**Extracted data entries:**
========================================================================
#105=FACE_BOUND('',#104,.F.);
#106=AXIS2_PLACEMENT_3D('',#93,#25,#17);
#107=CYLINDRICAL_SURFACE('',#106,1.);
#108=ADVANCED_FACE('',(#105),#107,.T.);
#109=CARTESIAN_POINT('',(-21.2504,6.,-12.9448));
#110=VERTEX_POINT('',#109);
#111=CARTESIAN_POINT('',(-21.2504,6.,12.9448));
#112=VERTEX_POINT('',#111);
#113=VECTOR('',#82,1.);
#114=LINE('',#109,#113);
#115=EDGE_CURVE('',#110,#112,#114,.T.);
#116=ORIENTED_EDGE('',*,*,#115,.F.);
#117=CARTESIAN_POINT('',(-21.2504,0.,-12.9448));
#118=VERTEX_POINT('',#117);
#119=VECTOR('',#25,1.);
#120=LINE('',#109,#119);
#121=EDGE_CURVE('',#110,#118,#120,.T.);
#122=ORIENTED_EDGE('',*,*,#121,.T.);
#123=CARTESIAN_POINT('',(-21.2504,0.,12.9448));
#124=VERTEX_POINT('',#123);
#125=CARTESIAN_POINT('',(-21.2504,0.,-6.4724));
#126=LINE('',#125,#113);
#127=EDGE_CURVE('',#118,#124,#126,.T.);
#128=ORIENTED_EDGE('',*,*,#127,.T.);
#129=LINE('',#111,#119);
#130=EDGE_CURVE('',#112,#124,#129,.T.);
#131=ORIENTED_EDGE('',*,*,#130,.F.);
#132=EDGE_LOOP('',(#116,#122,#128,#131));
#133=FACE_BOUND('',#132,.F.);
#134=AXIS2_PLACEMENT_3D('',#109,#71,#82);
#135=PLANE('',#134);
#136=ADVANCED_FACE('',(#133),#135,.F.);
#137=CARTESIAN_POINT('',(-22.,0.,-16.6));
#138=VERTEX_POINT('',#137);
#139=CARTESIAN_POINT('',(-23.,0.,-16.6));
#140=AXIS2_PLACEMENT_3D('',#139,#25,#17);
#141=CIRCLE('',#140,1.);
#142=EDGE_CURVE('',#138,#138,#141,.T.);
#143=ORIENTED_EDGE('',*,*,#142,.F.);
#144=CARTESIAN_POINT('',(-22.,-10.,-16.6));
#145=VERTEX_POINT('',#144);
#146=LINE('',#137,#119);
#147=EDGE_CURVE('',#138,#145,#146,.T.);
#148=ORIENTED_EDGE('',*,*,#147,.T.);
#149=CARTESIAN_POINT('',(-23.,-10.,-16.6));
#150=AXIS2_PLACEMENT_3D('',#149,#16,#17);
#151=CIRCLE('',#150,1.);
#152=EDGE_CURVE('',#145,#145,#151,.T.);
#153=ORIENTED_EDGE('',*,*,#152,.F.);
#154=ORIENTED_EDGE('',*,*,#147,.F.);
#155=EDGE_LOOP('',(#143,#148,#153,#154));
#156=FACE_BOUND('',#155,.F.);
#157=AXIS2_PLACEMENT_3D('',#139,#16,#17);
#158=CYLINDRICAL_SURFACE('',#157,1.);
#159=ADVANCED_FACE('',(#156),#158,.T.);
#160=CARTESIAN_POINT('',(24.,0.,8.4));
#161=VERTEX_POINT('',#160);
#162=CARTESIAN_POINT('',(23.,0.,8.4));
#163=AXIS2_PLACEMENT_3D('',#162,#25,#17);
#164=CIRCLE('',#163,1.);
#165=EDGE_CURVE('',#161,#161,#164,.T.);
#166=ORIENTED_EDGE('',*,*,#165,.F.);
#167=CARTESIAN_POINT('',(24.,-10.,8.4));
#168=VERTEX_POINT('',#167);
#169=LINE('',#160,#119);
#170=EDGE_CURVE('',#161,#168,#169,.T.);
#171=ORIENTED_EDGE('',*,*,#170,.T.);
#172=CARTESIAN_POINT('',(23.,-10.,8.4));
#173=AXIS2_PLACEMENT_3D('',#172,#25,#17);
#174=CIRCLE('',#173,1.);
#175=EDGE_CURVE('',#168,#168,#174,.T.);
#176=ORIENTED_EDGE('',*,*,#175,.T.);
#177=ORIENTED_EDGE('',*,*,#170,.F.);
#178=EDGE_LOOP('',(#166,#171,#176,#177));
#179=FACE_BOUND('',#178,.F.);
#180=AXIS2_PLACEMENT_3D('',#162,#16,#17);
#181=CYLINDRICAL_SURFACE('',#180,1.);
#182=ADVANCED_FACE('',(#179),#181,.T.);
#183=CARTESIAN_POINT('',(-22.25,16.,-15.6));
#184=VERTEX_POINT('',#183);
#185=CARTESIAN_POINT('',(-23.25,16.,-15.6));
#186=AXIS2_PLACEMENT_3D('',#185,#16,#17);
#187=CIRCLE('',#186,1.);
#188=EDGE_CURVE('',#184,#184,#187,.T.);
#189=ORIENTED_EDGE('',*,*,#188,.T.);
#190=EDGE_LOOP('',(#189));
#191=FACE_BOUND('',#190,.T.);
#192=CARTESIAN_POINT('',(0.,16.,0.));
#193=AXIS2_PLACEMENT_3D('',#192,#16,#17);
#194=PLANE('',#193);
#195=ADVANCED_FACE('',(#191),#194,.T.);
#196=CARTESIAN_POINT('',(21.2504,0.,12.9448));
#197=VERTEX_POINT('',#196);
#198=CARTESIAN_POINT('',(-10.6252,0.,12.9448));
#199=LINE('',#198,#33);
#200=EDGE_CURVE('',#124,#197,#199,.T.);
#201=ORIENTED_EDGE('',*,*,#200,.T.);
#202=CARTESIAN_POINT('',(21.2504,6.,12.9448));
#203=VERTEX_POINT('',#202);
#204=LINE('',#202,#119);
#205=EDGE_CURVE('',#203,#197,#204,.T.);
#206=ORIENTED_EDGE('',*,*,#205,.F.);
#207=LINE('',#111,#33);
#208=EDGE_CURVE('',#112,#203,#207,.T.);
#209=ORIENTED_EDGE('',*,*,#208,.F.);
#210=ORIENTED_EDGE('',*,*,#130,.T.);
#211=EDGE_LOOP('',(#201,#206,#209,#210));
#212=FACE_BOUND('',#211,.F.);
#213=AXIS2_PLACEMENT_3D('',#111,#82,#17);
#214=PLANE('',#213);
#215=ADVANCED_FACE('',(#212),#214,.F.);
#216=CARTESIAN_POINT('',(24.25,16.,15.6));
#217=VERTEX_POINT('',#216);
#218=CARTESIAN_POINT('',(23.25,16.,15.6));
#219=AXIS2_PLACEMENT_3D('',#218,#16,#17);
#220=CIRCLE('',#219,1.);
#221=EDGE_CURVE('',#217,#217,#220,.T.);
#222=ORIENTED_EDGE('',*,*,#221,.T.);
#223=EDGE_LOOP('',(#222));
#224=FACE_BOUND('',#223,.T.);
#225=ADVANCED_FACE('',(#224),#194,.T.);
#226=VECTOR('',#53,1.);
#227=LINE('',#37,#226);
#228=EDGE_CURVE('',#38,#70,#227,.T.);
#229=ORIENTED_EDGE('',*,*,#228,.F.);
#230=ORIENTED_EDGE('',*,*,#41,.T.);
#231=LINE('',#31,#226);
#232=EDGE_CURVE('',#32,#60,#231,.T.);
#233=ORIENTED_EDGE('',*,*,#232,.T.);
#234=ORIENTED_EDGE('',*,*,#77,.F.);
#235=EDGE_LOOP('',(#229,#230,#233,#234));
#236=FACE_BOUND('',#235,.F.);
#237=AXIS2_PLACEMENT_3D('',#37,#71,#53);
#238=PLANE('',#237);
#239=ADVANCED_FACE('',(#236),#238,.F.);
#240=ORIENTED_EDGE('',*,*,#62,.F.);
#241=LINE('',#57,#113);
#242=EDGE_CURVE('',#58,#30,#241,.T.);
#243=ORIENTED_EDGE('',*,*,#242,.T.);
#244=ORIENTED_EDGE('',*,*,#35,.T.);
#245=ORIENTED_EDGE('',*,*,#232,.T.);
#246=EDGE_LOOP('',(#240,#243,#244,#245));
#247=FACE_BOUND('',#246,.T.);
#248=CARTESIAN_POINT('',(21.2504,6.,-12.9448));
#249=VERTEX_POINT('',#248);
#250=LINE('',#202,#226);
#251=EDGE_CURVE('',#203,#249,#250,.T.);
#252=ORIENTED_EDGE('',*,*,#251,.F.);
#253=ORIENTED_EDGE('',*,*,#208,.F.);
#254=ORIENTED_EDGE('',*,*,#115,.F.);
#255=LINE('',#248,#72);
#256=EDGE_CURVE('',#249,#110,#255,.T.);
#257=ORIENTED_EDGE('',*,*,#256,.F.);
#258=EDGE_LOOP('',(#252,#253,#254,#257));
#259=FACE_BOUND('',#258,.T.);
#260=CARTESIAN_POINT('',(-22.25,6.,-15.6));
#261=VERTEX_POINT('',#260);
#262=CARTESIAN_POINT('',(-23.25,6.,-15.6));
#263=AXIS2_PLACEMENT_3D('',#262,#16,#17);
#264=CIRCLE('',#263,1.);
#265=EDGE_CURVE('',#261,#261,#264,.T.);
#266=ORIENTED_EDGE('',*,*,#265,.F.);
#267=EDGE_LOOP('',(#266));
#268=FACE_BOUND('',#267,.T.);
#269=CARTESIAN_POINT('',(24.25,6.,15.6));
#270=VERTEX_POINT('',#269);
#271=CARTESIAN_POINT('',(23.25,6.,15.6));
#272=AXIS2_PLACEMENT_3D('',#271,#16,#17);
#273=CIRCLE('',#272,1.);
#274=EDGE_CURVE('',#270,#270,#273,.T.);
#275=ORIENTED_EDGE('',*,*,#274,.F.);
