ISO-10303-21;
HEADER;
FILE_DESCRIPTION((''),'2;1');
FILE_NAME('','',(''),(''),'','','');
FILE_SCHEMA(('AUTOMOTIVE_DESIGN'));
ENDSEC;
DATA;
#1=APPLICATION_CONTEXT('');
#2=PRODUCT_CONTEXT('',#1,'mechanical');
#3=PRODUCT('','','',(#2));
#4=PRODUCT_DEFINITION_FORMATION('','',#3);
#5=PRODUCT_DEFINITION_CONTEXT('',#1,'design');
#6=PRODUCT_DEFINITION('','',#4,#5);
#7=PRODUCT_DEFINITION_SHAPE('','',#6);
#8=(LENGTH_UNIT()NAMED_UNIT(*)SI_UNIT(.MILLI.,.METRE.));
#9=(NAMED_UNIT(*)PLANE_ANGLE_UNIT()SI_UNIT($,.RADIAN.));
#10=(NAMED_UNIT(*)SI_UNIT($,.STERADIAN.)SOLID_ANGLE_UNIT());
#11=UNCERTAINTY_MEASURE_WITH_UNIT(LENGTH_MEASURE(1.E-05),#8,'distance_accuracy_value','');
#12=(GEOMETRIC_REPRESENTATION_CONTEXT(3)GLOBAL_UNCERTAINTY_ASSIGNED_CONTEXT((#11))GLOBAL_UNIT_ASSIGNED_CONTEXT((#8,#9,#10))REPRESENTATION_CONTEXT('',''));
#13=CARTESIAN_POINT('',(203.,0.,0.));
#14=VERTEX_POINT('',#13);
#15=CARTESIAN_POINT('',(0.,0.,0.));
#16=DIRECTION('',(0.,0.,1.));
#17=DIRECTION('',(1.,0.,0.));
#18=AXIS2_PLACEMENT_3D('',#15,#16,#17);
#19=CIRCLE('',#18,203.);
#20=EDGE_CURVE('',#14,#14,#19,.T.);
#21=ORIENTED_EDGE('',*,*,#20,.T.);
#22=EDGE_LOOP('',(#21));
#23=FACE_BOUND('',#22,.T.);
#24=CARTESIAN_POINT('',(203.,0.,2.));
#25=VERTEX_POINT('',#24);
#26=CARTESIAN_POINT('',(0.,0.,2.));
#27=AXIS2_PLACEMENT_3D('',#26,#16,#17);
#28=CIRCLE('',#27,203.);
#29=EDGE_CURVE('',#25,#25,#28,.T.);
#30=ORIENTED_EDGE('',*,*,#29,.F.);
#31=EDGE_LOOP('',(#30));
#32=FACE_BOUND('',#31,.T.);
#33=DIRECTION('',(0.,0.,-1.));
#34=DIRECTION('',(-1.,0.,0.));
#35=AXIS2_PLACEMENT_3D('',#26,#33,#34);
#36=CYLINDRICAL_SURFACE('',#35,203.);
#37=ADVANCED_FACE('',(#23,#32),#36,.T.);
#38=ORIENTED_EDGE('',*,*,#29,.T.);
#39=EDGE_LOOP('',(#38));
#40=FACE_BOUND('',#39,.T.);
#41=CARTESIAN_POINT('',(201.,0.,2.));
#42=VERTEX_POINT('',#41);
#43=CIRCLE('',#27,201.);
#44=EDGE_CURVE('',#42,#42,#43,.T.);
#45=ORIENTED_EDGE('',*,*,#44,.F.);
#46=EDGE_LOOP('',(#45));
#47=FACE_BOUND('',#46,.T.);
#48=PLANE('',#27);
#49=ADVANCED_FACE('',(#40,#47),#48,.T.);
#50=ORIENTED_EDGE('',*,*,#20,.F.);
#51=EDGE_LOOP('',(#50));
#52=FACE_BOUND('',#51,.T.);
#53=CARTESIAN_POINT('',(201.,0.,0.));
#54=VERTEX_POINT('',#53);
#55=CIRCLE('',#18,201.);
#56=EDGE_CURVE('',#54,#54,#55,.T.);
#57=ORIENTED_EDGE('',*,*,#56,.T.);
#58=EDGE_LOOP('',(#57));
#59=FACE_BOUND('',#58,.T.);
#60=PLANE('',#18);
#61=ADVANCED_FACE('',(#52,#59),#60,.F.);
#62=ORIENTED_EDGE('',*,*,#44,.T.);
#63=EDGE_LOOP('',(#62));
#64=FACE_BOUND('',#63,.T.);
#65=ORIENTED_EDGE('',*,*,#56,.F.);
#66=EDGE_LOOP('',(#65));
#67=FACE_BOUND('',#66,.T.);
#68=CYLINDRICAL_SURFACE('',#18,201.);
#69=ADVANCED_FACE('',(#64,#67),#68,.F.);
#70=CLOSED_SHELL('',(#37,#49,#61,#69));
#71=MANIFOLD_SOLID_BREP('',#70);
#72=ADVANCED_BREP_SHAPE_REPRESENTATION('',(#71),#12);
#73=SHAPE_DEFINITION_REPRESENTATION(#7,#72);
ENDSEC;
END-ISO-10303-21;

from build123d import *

# Parameters (mm, degrees)
SKETCH2_R           = 203
BOSS_EXTRUDE1_DEPTH = 2
SKETCH3_R           = 201
CUT_EXTRUDE1_DEPTH  = 3


with BuildPart() as part:
    # Sketch2 → Boss-Extrude1 (new body)
    with BuildSketch(Plane.XY):
        Circle(SKETCH2_R)
    extrude(amount=BOSS_EXTRUDE1_DEPTH)

    # Sketch3 → Cut-Extrude1 (cut, through all)
    with BuildSketch(Plane.XY.offset(2)):
        Circle(SKETCH3_R)
    extrude(amount=-CUT_EXTRUDE1_DEPTH, mode=Mode.SUBTRACT)


solid = part.part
========================================================================
**Aim of the task:** Scan the entries above for the line containing "#156=FACE_BOUND('',#155,.F.);", and copy it and all lines after it exactly, down to and including the line containing "#181=CYLINDRICAL_SURFACE('',#180,1.);".

**Output:**
#156=FACE_BOUND('',#155,.F.);
#157=AXIS2_PLACEMENT_3D('',#139,#16,#17);
#158=CYLINDRICAL_SURFACE('',#157,1.);
#159=ADVANCED_FACE('',(#156),#158,.T.);
#160=CARTESIAN_POINT('',(24.,0.,8.4));
#161=VERTEX_POINT('',#160);
#162=CARTESIAN_POINT('',(23.,0.,8.4));
#163=AXIS2_PLACEMENT_3D('',#162,#25,#17);
#164=CIRCLE('',#163,1.);
#165=EDGE_CURVE('',#161,#161,#164,.T.);
#166=ORIENTED_EDGE('',*,*,#165,.F.);
#167=CARTESIAN_POINT('',(24.,-10.,8.4));
#168=VERTEX_POINT('',#167);
#169=LINE('',#160,#119);
#170=EDGE_CURVE('',#161,#168,#169,.T.);
#171=ORIENTED_EDGE('',*,*,#170,.T.);
#172=CARTESIAN_POINT('',(23.,-10.,8.4));
#173=AXIS2_PLACEMENT_3D('',#172,#25,#17);
#174=CIRCLE('',#173,1.);
#175=EDGE_CURVE('',#168,#168,#174,.T.);
#176=ORIENTED_EDGE('',*,*,#175,.T.);
#177=ORIENTED_EDGE('',*,*,#170,.F.);
#178=EDGE_LOOP('',(#166,#171,#176,#177));
#179=FACE_BOUND('',#178,.F.);
#180=AXIS2_PLACEMENT_3D('',#162,#16,#17);
#181=CYLINDRICAL_SURFACE('',#180,1.);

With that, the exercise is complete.